One kind of battery used in watches contains mercur(II) oxide. As current flows, the mercury oxide is reduced to mercury.
HgO(s) + H2O(l) + 2e^- ==> Hg(l) + 2OH^-(aq)
If 2.5x10^-5 amperes flows continuously 1095 days, what mass of Hg(l) is produced?
(2.5x10^-5)(1095days)(24hours/day)(3600seconds/hour) = (mass of Hg)(1 mol Hg/mw Hg)(2 mol e^-/1 mol Hg)
2365.2 = (x grams Hg)(1 mol Hg/200.59gHg)(2 mol e-/1 mol Hg)
= 23.58 grams
Check your work. It looks to me as if you have omitted the 96,485 factor. The 2365.2 looks ok.
To calculate the mass of Hg(l) produced in this reaction, we need to use the given current (2.5x10^-5 A), the time (1095 days), and the stoichiometry of the reaction.
First, convert the time from days to seconds:
1095 days * 24 hours/day * 3600 seconds/hour = 94,608,000 seconds.

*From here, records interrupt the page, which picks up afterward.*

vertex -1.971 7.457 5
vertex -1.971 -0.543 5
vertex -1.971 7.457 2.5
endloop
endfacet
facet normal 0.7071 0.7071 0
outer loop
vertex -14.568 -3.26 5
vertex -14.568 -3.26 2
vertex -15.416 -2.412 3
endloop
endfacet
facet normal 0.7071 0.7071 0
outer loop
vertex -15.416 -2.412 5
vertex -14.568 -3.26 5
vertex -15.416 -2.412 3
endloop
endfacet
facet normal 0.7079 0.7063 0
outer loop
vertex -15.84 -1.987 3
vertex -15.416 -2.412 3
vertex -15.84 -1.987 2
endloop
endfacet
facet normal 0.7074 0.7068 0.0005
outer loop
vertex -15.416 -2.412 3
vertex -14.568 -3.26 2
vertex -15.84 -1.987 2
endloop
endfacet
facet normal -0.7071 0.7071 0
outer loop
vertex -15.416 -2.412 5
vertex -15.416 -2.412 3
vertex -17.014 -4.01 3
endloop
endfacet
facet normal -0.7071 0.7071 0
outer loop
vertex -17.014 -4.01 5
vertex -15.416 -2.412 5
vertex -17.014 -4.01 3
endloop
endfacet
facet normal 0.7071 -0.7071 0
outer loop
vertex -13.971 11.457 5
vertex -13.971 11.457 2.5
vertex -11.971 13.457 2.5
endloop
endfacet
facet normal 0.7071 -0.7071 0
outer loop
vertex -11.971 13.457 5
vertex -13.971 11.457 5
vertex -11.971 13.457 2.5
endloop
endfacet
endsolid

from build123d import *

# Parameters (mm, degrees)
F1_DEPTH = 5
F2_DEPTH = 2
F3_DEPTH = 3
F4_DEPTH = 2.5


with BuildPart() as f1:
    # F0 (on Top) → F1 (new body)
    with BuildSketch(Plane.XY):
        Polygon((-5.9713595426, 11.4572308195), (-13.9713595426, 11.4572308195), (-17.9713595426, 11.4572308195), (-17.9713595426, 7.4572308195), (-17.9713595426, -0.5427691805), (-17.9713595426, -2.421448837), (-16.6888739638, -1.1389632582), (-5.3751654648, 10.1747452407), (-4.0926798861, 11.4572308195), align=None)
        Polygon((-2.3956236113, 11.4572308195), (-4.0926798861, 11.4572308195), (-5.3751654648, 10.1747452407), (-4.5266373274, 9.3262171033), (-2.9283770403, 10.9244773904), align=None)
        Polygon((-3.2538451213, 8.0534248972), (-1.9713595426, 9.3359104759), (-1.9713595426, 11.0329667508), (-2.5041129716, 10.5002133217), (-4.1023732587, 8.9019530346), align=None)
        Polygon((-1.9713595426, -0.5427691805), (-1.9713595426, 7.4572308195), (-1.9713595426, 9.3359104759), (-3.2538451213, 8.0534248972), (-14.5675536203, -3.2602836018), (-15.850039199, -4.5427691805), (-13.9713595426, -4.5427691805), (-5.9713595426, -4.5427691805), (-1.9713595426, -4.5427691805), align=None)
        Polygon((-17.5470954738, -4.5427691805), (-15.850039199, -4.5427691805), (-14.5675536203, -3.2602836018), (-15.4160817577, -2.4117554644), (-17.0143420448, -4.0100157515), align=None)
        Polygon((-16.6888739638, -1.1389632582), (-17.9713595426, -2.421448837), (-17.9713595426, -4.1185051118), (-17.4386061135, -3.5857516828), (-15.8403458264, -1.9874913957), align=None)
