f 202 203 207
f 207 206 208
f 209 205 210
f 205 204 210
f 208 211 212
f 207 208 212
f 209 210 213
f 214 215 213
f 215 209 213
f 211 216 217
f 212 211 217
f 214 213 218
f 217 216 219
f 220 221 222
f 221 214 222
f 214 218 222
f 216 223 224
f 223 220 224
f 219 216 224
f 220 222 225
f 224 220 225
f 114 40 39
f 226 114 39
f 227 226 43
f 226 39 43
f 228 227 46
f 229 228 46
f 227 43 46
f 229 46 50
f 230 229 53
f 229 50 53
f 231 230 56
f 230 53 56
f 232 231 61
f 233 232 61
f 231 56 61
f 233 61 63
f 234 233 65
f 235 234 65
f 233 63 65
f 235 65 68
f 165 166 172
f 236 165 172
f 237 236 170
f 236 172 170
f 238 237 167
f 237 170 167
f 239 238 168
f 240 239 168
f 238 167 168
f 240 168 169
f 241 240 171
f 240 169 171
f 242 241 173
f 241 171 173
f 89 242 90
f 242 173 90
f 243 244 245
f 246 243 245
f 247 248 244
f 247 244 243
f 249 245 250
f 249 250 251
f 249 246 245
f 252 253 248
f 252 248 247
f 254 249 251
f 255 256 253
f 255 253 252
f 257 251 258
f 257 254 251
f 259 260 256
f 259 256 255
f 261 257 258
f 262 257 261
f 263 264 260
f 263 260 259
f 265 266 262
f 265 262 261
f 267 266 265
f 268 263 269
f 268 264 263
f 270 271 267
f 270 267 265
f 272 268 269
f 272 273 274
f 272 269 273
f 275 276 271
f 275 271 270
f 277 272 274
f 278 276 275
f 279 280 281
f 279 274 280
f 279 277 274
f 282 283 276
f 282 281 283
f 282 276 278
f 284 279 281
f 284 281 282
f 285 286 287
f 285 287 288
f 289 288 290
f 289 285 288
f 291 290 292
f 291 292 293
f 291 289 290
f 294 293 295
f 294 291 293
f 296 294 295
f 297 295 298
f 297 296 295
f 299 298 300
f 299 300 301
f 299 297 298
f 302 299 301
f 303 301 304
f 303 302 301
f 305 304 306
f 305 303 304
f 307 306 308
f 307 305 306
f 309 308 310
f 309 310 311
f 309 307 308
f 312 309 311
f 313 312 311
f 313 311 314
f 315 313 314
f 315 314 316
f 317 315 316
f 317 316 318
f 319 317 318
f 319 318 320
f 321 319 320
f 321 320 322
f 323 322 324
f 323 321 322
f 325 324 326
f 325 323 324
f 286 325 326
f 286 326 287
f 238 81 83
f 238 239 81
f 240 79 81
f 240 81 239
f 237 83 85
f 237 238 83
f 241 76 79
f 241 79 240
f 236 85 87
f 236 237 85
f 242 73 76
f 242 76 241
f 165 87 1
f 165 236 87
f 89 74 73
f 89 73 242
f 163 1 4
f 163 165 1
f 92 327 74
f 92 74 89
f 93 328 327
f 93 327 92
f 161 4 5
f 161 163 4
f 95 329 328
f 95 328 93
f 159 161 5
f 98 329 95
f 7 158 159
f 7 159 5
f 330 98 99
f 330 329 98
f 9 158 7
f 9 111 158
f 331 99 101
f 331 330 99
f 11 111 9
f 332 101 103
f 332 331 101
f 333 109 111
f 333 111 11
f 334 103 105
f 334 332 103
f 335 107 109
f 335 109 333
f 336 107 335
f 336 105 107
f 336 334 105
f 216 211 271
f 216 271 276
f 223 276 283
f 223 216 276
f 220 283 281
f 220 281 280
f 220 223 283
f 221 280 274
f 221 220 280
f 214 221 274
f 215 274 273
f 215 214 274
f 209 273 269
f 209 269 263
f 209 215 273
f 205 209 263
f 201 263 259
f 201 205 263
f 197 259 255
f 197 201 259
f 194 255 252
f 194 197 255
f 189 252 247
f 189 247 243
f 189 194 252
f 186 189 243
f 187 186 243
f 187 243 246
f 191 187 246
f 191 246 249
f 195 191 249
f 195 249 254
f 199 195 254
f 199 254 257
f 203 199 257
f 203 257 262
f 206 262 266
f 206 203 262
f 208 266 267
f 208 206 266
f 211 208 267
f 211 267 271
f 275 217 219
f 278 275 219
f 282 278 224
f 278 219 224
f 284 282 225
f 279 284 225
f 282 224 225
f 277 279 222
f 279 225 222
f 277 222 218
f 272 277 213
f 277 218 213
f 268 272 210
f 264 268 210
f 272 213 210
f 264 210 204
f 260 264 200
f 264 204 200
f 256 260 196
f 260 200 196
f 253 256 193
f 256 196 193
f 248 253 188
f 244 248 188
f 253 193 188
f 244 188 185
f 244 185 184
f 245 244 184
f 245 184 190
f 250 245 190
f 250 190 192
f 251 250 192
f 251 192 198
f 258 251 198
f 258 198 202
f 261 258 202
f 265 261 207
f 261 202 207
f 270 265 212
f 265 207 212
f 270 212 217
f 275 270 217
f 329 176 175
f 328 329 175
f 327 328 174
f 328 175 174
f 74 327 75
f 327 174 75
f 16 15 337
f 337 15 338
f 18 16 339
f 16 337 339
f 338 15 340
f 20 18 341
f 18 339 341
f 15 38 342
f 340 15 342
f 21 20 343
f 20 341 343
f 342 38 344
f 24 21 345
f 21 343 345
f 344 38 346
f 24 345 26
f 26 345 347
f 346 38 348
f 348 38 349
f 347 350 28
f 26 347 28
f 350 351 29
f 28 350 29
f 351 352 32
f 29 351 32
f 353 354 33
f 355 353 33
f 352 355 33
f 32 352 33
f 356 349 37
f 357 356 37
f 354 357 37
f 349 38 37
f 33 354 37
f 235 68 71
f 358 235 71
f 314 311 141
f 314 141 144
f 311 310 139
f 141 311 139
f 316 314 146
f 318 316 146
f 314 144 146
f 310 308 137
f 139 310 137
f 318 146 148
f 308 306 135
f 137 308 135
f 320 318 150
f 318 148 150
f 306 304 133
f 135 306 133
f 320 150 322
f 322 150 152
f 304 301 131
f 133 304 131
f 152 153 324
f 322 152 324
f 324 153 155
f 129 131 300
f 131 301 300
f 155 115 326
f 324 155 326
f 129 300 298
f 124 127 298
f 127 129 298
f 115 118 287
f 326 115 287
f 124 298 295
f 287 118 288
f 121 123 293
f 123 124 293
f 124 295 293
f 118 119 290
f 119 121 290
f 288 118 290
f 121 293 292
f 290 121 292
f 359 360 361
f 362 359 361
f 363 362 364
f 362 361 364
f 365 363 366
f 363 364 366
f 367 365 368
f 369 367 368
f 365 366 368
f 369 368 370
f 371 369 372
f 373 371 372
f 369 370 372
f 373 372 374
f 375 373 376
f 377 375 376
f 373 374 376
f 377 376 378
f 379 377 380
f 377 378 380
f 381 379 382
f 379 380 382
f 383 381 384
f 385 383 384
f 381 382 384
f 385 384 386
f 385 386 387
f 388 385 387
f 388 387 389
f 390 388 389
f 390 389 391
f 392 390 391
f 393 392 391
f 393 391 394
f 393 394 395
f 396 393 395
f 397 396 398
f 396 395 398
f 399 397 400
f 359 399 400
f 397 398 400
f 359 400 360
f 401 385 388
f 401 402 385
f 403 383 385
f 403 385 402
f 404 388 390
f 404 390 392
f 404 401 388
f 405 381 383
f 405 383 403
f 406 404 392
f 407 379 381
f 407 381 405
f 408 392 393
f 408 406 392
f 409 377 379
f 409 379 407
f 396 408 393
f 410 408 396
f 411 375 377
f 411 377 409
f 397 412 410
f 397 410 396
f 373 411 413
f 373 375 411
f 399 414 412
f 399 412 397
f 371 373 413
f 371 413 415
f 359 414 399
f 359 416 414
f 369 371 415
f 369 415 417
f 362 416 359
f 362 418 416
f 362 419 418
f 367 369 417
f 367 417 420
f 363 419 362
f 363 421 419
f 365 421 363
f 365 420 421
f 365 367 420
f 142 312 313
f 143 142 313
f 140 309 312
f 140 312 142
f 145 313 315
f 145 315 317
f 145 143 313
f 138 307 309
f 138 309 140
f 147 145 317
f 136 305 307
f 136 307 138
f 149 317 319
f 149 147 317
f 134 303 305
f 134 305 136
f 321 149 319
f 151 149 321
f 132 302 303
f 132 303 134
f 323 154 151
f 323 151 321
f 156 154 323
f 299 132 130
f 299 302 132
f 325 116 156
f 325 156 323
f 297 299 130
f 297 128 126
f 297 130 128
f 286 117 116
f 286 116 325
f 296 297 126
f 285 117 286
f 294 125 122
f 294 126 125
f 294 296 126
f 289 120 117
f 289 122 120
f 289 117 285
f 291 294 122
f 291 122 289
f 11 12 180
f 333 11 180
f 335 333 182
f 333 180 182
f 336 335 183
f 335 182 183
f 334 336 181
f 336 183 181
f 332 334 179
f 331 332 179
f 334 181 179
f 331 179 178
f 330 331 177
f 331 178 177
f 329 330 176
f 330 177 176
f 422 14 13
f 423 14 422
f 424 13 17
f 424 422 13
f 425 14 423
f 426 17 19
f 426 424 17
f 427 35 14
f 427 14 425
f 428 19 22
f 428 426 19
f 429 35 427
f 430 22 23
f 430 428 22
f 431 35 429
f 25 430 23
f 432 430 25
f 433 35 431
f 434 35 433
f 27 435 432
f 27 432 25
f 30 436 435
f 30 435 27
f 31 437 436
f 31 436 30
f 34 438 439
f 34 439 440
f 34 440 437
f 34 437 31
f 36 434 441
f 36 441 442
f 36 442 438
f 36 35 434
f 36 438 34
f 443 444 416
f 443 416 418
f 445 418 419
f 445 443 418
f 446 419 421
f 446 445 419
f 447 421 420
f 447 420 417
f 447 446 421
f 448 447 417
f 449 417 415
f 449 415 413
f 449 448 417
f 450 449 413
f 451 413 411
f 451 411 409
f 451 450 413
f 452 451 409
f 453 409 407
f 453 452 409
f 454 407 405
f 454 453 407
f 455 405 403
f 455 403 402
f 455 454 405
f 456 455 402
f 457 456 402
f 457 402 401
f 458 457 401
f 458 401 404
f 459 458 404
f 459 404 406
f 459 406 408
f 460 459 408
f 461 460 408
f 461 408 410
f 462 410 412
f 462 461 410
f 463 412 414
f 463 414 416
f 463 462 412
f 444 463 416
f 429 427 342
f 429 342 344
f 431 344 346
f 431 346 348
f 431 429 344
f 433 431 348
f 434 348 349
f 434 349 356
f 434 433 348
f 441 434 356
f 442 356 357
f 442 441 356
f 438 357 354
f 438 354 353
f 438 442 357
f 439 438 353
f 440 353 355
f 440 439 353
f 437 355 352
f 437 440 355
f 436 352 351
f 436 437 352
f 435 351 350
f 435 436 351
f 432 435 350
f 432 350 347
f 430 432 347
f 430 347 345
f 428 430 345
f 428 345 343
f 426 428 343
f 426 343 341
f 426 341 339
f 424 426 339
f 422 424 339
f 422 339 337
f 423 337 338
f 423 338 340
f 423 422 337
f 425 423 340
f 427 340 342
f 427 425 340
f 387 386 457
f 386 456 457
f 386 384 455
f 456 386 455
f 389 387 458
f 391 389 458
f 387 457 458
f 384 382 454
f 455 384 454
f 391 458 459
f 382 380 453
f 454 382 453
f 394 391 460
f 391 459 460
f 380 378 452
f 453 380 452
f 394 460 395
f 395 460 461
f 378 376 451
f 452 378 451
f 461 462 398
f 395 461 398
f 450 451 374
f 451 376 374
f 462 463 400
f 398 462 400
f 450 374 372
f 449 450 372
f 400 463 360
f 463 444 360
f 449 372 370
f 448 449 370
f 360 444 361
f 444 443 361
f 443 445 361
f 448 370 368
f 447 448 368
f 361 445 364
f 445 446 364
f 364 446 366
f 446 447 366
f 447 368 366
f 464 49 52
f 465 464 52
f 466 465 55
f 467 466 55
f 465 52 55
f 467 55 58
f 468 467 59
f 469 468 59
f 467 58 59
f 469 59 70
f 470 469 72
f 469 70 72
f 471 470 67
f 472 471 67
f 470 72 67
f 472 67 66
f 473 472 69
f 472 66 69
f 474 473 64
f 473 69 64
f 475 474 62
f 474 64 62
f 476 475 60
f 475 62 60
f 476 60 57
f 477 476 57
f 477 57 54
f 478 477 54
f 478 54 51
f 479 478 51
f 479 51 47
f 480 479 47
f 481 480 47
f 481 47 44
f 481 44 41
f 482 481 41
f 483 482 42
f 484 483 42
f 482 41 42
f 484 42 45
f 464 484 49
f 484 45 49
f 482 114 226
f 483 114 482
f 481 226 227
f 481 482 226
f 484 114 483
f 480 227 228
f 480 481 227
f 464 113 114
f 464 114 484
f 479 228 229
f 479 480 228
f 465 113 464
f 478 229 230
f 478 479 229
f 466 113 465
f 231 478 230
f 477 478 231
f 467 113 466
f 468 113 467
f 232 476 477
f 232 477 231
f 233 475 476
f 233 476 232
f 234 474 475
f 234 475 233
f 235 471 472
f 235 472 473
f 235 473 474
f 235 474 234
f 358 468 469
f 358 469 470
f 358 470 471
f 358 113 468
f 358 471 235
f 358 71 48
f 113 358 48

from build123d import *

Now let's set up the stoichiometry calculation using the unit cancelation method:
2.5x10^-5 A * 94,608,000 s = x grams Hg * (1 mol Hg / 200.59 g Hg) * (2 mol e^- / 1 mol Hg)
Calculate the left-hand side:
2.5x10^-5 A * 94,608,000 s = 2,365.2 C
Substitute this value into the equation and solve for x:
2,365.2 C = x g Hg * (1 mol / 200.59 g Hg) * (2 mol e^- / 1 mol Hg)
To isolate x, multiply the molar masses and divide both sides by the conversion factors:
x = 2,365.2 C * (1 mol Hg / 200.59 g Hg) * (1 mol e^- / 2 mol Hg)
x = 23.58 g Hg
Therefore, the mass of Hg(l) produced in this reaction is 23.58 grams.